# What is the best .avi format that I should convert my .divx file to



## csskkai (Sep 7, 2008)

I want to convert a .divx file I have into and .avi file so that I can use my program to burn it to a DVD, since it doesn't accept .divx files. 
When I try to convert the .divx file, there are too many .avi file formats to choose from. 
There's:
DIVX 50 AVI
XVID AVI
DIVX 40 AVI
H264 AVI
MPEG4 AVI V2
MPEG4 AVI
WMV AVI
MJPEG AVI
Lossless HUFFYUV AVI
Lossless RAW AVI

I have no idea what they are and which one to pick to convert it to.

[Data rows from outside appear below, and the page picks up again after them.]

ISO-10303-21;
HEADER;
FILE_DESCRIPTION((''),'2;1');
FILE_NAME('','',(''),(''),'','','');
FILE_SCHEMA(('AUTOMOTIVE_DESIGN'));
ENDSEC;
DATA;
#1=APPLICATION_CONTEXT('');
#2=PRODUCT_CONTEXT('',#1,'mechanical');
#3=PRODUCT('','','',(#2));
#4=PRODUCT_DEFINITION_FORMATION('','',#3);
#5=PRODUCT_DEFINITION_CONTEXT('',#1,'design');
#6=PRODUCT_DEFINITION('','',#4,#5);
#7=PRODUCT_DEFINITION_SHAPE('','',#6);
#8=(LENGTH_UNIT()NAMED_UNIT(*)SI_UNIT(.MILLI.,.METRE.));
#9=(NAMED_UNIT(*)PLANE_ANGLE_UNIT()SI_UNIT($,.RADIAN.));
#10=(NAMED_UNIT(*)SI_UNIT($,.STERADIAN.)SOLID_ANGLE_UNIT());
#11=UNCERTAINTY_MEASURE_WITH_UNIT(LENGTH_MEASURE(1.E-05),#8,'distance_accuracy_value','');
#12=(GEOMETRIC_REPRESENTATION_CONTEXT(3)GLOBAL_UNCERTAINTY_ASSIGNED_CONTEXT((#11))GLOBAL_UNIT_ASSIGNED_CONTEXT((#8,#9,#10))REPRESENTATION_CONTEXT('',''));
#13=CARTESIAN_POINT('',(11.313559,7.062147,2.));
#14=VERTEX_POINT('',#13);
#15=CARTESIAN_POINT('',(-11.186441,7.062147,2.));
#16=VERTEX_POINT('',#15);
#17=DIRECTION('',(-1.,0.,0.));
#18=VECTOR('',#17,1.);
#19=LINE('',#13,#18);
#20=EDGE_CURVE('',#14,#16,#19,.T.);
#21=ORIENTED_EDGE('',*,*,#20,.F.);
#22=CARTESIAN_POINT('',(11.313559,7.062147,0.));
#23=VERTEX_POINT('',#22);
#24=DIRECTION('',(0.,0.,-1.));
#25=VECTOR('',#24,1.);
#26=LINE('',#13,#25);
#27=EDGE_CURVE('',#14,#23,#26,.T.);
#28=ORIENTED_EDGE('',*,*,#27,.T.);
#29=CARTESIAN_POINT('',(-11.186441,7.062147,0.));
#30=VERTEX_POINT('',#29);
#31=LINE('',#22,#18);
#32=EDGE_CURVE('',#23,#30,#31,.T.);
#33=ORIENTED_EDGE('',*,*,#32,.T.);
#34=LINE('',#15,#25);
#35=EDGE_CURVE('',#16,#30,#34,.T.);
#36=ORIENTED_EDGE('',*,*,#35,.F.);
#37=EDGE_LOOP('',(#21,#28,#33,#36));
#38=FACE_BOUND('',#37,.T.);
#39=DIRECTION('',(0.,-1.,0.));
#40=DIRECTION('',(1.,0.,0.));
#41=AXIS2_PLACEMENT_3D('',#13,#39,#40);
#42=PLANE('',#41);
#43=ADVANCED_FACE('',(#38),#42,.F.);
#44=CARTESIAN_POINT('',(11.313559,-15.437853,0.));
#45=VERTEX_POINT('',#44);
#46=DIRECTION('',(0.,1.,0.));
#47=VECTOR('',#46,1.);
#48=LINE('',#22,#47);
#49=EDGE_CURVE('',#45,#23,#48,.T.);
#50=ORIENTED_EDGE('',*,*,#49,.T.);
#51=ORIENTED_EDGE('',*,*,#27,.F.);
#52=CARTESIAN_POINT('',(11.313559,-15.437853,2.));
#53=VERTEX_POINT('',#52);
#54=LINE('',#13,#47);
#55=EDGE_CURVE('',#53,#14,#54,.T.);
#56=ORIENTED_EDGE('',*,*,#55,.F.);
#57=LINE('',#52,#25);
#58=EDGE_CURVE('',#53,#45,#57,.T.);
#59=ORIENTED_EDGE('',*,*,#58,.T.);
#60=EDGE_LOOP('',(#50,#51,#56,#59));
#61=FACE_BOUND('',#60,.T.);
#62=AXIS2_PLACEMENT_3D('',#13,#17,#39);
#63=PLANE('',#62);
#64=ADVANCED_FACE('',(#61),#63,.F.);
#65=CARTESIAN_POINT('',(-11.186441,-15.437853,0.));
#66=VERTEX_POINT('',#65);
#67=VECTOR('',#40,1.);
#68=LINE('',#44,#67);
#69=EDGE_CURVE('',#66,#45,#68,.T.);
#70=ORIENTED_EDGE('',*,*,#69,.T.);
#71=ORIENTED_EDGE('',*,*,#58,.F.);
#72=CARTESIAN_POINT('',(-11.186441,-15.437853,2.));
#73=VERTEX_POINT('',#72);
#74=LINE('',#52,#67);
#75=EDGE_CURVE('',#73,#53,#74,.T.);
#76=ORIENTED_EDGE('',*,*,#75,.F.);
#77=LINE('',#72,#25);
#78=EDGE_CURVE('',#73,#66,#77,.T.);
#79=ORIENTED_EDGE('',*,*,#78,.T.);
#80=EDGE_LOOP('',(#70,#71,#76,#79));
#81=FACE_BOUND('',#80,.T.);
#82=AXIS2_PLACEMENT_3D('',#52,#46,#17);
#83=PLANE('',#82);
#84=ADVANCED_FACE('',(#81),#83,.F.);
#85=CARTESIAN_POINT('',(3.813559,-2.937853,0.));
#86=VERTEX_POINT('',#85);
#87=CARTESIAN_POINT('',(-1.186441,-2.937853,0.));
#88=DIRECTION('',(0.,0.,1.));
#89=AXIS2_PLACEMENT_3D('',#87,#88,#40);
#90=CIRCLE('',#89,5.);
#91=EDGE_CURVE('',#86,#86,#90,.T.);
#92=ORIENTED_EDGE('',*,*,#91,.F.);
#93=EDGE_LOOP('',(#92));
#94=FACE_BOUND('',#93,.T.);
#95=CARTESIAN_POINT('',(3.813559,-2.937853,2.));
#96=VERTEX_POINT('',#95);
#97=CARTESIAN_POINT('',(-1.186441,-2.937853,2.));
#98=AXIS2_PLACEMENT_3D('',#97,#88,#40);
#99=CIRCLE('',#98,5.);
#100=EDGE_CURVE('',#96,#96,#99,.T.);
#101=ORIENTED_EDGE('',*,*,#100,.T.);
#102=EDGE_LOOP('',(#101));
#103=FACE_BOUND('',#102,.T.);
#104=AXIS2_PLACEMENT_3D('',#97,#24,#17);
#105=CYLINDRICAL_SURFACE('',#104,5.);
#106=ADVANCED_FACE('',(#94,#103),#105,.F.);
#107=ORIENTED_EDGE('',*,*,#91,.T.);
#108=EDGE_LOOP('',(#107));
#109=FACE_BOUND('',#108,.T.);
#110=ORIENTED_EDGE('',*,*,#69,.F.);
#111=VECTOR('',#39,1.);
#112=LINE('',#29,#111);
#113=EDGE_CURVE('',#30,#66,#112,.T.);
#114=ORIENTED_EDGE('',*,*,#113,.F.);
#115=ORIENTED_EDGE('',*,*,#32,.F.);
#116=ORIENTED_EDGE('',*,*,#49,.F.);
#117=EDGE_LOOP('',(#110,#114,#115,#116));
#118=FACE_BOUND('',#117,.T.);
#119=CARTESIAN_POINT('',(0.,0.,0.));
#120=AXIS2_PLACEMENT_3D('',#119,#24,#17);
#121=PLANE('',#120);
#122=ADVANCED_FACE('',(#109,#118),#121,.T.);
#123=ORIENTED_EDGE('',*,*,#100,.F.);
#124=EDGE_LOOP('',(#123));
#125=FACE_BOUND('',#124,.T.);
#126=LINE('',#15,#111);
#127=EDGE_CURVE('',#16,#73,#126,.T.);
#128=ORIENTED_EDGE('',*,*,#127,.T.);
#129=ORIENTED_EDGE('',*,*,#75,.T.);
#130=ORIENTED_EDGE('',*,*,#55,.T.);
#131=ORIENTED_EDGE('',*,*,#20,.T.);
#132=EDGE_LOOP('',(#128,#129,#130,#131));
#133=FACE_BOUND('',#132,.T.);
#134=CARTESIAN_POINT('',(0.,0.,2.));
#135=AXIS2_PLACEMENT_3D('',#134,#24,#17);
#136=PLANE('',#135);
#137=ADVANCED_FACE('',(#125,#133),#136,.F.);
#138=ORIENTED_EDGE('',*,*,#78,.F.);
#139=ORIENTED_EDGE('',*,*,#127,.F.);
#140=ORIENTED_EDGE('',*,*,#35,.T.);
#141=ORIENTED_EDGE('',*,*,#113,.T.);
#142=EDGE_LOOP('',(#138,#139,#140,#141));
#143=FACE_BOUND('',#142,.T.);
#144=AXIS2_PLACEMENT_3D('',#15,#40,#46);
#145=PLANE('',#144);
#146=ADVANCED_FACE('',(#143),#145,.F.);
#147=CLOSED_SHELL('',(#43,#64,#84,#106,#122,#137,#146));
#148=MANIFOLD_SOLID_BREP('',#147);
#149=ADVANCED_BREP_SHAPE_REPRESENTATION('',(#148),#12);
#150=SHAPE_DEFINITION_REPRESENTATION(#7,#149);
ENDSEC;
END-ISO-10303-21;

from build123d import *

# Parameters (mm, degrees)
SKETCH1_W           = 22.5
SKETCH1_H           = 22.5
SKETCH1_R           = 5
BOSS_EXTRUDE1_DEPTH = 2


with BuildPart() as part:
    # Sketch1 → Boss-Extrude1 (new body)
    with BuildSketch(Plane.XY):
        with Locations((0.063559322, -4.187853107)):
            Rectangle(SKETCH1_W, SKETCH1_H)
        with Locations((-1.186440678, -2.937853107)):
            Circle(SKETCH1_R, mode=Mode.SUBTRACT)
    extrude(amount=BOSS_EXTRUDE1_DEPTH)


solid = part.part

Which one would be the best, highest quality format?
What should I pick?
Thank you!


----------



## zuluclayman (Dec 16, 2005)

using any of the XviD or DivX formats would put you back where you are now - unable to burn so you need to pick one of the other ones:
the fact that you have a DivX file at the moment means it has already been compressed quite a bit so you don't really want to compress any further unless you want tiny file sizes and possibly poorer quality.
I would go with the lossless Huffyuv avi - just remains to be seen whether your DVD burning software will accept it.
DVD Shrink is good freeware DVD authoring software that I am pretty sure accepts DivX and XviD files - check it out here


----------



## d-thinkerdotcom (Feb 11, 2008)

I would go with DVD shrink, but it may not accept DivX 5 to 7. As it is an old program, but it might as they are quite similar, they just add on things to make it more dvd like.


----------